─── RECORDS TO USE
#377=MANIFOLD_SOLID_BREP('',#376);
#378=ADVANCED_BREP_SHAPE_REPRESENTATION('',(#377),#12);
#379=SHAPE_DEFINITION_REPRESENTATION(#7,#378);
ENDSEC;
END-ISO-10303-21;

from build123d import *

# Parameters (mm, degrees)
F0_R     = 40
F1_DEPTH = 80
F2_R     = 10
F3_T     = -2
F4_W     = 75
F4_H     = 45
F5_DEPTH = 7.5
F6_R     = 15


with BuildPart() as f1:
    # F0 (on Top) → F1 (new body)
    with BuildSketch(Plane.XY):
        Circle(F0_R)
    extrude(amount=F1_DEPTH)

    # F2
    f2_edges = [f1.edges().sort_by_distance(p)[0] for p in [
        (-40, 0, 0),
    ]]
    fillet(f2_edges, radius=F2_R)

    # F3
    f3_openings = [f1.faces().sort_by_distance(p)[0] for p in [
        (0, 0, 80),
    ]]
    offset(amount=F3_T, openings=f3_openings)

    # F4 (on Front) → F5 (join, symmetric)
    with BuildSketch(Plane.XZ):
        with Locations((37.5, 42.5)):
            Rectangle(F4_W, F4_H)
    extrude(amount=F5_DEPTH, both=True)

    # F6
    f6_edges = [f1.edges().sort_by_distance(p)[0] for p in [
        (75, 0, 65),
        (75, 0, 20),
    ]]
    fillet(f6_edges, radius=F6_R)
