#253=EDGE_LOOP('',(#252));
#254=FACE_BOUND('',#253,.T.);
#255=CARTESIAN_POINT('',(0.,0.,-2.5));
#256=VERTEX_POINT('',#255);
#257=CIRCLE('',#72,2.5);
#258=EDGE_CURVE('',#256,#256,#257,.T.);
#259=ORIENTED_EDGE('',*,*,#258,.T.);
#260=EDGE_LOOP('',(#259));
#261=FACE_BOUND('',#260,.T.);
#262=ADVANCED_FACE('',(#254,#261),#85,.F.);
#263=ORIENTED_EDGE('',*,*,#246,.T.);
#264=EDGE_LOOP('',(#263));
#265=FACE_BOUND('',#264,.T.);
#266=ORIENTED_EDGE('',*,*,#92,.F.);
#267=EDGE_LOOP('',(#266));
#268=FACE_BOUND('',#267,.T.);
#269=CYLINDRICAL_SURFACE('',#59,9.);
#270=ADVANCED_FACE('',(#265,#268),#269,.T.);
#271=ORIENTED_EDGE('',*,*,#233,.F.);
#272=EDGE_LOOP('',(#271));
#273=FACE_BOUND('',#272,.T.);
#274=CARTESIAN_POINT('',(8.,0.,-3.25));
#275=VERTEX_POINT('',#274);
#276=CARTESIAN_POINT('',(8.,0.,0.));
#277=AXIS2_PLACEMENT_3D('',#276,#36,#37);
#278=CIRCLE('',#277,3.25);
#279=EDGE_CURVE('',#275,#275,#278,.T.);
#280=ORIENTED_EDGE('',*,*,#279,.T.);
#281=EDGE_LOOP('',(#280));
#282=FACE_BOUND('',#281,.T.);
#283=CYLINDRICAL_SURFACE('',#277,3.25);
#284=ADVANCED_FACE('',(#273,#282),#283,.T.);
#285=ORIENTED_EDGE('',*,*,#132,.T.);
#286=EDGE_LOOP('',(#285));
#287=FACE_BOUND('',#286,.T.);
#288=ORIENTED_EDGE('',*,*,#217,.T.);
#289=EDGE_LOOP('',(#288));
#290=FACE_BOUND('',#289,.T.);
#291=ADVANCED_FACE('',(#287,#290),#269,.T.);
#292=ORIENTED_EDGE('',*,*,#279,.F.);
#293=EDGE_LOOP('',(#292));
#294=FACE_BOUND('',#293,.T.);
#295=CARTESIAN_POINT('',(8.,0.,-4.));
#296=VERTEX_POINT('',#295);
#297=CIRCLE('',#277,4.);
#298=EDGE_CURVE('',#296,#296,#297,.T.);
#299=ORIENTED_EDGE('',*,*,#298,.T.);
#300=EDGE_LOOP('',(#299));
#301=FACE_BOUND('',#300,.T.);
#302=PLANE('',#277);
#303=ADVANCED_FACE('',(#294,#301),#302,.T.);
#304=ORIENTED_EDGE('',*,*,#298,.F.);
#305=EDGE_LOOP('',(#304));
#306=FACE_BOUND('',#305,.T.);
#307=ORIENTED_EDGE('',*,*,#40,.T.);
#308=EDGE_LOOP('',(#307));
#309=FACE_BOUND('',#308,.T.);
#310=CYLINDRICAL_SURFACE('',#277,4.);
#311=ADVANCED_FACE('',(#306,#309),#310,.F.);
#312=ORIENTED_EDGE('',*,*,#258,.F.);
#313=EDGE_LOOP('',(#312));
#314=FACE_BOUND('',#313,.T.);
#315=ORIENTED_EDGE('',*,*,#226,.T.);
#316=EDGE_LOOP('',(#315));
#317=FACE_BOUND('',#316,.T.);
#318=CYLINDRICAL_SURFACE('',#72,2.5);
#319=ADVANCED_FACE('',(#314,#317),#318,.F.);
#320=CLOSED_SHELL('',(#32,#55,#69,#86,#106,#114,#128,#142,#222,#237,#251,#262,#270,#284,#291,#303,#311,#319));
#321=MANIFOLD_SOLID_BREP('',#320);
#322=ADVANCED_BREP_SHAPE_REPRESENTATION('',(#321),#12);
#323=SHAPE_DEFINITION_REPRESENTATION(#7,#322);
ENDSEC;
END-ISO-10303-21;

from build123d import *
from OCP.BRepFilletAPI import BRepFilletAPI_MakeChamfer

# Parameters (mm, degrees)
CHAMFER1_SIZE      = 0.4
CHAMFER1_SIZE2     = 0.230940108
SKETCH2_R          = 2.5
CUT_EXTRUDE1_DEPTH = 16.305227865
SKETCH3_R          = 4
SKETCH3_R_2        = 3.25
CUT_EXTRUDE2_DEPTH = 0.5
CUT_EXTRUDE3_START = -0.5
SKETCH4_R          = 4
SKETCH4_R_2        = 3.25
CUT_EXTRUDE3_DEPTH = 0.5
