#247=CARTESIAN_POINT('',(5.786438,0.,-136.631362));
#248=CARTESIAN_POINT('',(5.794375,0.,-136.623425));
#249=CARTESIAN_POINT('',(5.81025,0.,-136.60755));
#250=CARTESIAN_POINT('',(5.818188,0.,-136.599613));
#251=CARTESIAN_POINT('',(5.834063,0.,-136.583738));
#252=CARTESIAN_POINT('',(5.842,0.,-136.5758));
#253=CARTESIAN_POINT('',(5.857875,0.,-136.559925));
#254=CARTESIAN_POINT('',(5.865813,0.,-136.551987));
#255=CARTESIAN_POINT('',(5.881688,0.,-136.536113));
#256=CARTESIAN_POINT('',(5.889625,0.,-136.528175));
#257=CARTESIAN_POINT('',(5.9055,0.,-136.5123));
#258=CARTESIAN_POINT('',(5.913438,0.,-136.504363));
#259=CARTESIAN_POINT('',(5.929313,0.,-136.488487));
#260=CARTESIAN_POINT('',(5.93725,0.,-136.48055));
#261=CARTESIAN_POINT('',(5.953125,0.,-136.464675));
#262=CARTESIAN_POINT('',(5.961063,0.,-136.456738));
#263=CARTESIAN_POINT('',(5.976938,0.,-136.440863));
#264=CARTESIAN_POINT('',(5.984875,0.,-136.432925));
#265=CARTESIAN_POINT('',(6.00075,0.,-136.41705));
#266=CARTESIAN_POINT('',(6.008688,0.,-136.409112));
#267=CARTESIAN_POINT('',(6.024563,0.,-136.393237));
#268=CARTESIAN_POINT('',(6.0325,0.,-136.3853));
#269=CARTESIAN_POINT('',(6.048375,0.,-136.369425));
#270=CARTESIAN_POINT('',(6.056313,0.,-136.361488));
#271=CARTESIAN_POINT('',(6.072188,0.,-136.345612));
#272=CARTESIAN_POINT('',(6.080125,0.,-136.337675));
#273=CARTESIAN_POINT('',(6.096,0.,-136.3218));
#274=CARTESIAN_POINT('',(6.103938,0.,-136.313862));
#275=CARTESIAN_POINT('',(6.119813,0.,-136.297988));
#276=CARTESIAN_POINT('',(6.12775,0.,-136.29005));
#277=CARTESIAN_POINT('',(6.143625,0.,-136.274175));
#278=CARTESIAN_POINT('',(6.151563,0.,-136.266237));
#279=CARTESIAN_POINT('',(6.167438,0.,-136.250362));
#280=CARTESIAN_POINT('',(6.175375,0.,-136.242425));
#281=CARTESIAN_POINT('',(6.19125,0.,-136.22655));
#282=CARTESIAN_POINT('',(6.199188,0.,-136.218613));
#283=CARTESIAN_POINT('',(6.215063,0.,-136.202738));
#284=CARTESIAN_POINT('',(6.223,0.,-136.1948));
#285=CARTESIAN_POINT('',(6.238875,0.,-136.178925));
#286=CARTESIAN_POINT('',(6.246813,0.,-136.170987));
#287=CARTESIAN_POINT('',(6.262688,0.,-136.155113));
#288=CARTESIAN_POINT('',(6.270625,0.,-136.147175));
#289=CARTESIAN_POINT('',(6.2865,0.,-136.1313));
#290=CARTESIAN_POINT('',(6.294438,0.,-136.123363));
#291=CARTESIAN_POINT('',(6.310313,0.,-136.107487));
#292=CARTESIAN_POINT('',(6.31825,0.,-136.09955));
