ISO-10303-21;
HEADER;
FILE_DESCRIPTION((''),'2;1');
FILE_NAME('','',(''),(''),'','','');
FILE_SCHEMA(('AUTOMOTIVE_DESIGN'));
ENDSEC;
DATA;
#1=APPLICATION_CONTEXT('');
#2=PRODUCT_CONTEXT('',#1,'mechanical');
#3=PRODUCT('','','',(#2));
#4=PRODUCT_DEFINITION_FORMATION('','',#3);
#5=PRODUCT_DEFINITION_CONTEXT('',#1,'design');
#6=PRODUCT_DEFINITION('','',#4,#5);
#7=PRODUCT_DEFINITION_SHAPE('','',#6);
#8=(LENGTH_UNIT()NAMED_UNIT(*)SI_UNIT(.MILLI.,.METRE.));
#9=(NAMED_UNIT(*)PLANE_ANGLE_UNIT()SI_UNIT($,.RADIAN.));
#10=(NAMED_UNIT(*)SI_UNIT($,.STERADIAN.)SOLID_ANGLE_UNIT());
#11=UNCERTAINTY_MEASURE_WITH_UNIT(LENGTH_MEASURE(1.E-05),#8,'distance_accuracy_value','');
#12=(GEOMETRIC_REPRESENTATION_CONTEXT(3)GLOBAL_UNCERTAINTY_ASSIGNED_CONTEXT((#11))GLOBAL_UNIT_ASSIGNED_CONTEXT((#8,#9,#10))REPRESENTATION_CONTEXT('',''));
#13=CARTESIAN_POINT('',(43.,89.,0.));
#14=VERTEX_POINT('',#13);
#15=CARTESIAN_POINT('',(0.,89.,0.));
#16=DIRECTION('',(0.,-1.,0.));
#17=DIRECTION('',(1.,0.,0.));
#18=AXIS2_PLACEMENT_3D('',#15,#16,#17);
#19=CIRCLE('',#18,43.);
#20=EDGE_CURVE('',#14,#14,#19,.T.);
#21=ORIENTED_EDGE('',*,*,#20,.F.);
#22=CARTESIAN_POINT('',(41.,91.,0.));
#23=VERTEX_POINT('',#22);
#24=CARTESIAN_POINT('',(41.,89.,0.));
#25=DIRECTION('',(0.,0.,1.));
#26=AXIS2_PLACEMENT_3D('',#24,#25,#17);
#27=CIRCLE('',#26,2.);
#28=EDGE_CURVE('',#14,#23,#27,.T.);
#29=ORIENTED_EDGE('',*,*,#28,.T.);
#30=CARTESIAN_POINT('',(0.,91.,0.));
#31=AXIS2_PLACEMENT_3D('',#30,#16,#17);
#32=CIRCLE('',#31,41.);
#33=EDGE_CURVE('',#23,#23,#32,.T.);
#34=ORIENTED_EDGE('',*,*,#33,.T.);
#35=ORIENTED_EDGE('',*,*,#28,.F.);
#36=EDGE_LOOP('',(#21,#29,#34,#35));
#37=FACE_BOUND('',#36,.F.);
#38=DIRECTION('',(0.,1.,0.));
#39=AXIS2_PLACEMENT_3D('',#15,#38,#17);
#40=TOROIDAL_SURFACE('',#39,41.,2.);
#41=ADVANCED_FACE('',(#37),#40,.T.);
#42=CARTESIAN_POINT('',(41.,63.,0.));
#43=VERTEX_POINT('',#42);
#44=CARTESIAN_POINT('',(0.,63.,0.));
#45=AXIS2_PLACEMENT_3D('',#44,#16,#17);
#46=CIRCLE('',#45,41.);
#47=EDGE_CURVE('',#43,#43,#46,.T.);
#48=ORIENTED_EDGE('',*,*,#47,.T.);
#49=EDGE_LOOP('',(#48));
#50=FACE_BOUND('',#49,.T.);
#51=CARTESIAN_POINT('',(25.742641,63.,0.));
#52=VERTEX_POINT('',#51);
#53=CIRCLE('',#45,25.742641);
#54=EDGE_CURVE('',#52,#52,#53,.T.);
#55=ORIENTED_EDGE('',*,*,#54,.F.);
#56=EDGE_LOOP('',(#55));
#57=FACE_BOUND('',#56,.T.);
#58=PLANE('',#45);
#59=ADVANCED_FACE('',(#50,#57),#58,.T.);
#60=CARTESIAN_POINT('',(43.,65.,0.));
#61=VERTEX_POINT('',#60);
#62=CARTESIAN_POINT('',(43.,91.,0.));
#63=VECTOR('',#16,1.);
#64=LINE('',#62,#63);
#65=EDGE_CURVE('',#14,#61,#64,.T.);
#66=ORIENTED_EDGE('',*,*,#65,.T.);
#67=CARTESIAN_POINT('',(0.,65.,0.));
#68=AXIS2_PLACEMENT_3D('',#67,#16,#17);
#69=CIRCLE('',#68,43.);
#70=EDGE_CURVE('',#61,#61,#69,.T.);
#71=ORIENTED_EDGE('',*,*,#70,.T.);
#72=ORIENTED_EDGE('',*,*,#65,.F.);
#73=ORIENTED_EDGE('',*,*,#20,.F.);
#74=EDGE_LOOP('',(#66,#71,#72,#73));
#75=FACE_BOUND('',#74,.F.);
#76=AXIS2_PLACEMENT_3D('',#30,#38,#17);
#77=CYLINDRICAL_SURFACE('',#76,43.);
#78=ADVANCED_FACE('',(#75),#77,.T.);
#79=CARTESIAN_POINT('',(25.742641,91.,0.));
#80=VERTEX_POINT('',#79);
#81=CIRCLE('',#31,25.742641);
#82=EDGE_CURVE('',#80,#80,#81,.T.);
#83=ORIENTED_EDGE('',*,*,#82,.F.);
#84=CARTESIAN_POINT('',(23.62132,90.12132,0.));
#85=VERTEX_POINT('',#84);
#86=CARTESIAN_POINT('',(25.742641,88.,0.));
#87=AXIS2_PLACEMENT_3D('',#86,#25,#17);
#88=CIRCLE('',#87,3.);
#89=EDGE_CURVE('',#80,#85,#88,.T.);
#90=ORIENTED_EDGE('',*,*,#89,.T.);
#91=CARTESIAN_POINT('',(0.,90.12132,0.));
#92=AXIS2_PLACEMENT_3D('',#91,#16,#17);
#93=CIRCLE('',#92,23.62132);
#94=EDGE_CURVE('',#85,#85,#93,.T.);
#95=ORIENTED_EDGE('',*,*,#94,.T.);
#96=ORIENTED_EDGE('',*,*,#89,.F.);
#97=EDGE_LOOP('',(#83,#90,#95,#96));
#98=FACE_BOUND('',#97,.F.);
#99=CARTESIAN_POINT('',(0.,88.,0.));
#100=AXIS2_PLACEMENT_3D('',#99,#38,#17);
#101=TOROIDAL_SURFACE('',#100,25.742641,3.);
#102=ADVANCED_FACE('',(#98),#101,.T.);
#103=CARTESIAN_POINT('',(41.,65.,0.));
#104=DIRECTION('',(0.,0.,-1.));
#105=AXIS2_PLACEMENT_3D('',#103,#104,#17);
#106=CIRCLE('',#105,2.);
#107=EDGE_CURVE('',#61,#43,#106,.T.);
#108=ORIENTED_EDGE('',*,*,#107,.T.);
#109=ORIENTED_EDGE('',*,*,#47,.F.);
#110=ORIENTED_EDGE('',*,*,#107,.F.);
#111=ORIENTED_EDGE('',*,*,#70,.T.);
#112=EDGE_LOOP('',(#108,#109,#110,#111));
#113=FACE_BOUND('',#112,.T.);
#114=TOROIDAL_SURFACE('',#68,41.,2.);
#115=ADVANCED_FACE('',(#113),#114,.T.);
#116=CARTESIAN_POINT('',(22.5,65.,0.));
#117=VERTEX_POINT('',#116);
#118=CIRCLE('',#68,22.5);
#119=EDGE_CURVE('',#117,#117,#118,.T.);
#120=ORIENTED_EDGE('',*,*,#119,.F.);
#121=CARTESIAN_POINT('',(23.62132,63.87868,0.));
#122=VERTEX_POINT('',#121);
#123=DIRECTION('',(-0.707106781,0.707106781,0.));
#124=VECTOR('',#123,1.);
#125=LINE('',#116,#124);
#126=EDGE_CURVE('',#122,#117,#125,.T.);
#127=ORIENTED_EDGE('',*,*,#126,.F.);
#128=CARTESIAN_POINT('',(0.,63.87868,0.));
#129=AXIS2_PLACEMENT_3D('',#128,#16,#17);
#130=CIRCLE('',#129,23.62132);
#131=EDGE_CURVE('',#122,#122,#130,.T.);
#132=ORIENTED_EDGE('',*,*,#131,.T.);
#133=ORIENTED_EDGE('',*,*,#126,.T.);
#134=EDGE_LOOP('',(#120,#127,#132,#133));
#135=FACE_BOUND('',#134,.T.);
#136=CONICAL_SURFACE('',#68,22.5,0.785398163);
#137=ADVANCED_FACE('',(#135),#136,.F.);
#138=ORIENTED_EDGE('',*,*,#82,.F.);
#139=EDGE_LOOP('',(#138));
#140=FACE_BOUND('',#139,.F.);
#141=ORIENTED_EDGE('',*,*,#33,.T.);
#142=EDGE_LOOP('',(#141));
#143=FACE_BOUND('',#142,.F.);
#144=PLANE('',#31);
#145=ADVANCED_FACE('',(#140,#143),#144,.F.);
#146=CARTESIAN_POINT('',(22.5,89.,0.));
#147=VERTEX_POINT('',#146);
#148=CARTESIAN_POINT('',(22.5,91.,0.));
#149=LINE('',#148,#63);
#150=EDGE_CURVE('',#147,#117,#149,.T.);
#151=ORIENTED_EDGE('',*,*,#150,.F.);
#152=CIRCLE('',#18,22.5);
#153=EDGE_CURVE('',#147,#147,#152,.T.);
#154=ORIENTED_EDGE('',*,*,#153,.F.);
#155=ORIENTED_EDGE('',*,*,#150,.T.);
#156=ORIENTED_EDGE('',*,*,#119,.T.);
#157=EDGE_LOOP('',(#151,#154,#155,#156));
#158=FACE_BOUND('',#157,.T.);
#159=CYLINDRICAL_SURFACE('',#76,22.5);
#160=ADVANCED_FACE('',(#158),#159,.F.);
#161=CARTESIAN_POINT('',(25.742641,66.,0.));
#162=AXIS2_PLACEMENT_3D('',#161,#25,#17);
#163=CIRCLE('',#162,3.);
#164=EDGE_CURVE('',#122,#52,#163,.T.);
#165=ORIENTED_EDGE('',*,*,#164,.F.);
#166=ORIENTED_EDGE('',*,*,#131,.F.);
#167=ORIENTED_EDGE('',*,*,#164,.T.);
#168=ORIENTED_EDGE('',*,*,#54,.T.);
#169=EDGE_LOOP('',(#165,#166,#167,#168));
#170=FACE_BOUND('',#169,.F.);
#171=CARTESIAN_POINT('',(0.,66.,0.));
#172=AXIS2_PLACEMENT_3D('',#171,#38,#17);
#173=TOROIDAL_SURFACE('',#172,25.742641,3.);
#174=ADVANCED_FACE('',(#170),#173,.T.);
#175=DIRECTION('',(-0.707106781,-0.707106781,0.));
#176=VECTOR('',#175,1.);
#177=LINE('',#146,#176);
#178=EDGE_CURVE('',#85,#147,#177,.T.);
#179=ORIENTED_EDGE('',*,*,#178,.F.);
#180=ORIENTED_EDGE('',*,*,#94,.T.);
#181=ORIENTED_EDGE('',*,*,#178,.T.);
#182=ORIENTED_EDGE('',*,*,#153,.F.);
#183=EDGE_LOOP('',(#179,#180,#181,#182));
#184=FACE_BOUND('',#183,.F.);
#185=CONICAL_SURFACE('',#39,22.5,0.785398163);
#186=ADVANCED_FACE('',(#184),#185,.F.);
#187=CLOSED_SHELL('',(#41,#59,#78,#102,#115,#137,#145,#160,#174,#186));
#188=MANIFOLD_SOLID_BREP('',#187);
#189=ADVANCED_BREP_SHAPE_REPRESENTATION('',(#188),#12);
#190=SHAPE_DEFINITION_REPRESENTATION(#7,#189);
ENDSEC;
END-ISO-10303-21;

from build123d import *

# Parameters (mm, degrees)
CYLINDER052_R     = 22.5
CYLINDER052_DEPTH = 28
CYLINDER051_R     = 43
CYLINDER051_DEPTH = 28
FILLET003_R       = 2
CHAMFER001_SIZE   = 2
FILLET002_R       = 3


with BuildPart() as cylinder052:
    # Cylinder052 → Cylinder052 (new body)
    with BuildSketch(Plane.XZ):
        Circle(CYLINDER052_R)
    extrude(amount=CYLINDER052_DEPTH)


with BuildPart() as wheel_wide_right:
    # Cylinder051 → Cylinder051 (new body)
    with BuildSketch(Plane.XZ):
        Circle(CYLINDER051_R)
    extrude(amount=CYLINDER051_DEPTH)

    # Cut020: cut Cylinder052
    add(cylinder052.part, mode=Mode.SUBTRACT)

    # Fillet003
    fillet003_edges = [wheel_wide_right.edges().sort_by_distance(p)[0] for p in [
        (-43, -28, 0),
        (-43, 0, 0),
    ]]
    fillet(fillet003_edges, radius=FILLET003_R)

    # Chamfer001
    chamfer001_edges = [wheel_wide_right.edges().sort_by_distance(p)[0] for p in [
        (-22.5, 0, 0),
        (-22.5, -28, 0),
    ]]
    chamfer(chamfer001_edges, length=CHAMFER001_SIZE)

    # Fillet002
    fillet002_edges = [wheel_wide_right.edges().sort_by_distance(p)[0] for p in [
        (-24.5, 0, 0),
        (-24.5, -28, 0),
    ]]
    fillet(fillet002_edges, radius=FILLET002_R)


with BuildPart() as wheel_wide_right_1:
    # Fillet002 placement: moved
    add(wheel_wide_right.part.moved(Location((0, 91, 0))))


solid = wheel_wide_right_1.part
──────
ACTION ITEM => Look above for the line containing "#309=FACE_BOUND('',#308,.T.);" and the line containing "#319=ADVANCED_FACE('',(#314,#317),#318,.F.);". Transcribe both, with the lines between them, exactly.

TASK RESULT =>
#309=FACE_BOUND('',#308,.T.);
#310=CYLINDRICAL_SURFACE('',#277,4.);
#311=ADVANCED_FACE('',(#306,#309),#310,.F.);
#312=ORIENTED_EDGE('',*,*,#258,.F.);
#313=EDGE_LOOP('',(#312));
#314=FACE_BOUND('',#313,.T.);
#315=ORIENTED_EDGE('',*,*,#226,.T.);
#316=EDGE_LOOP('',(#315));
#317=FACE_BOUND('',#316,.T.);
#318=CYLINDRICAL_SURFACE('',#72,2.5);
#319=ADVANCED_FACE('',(#314,#317),#318,.F.);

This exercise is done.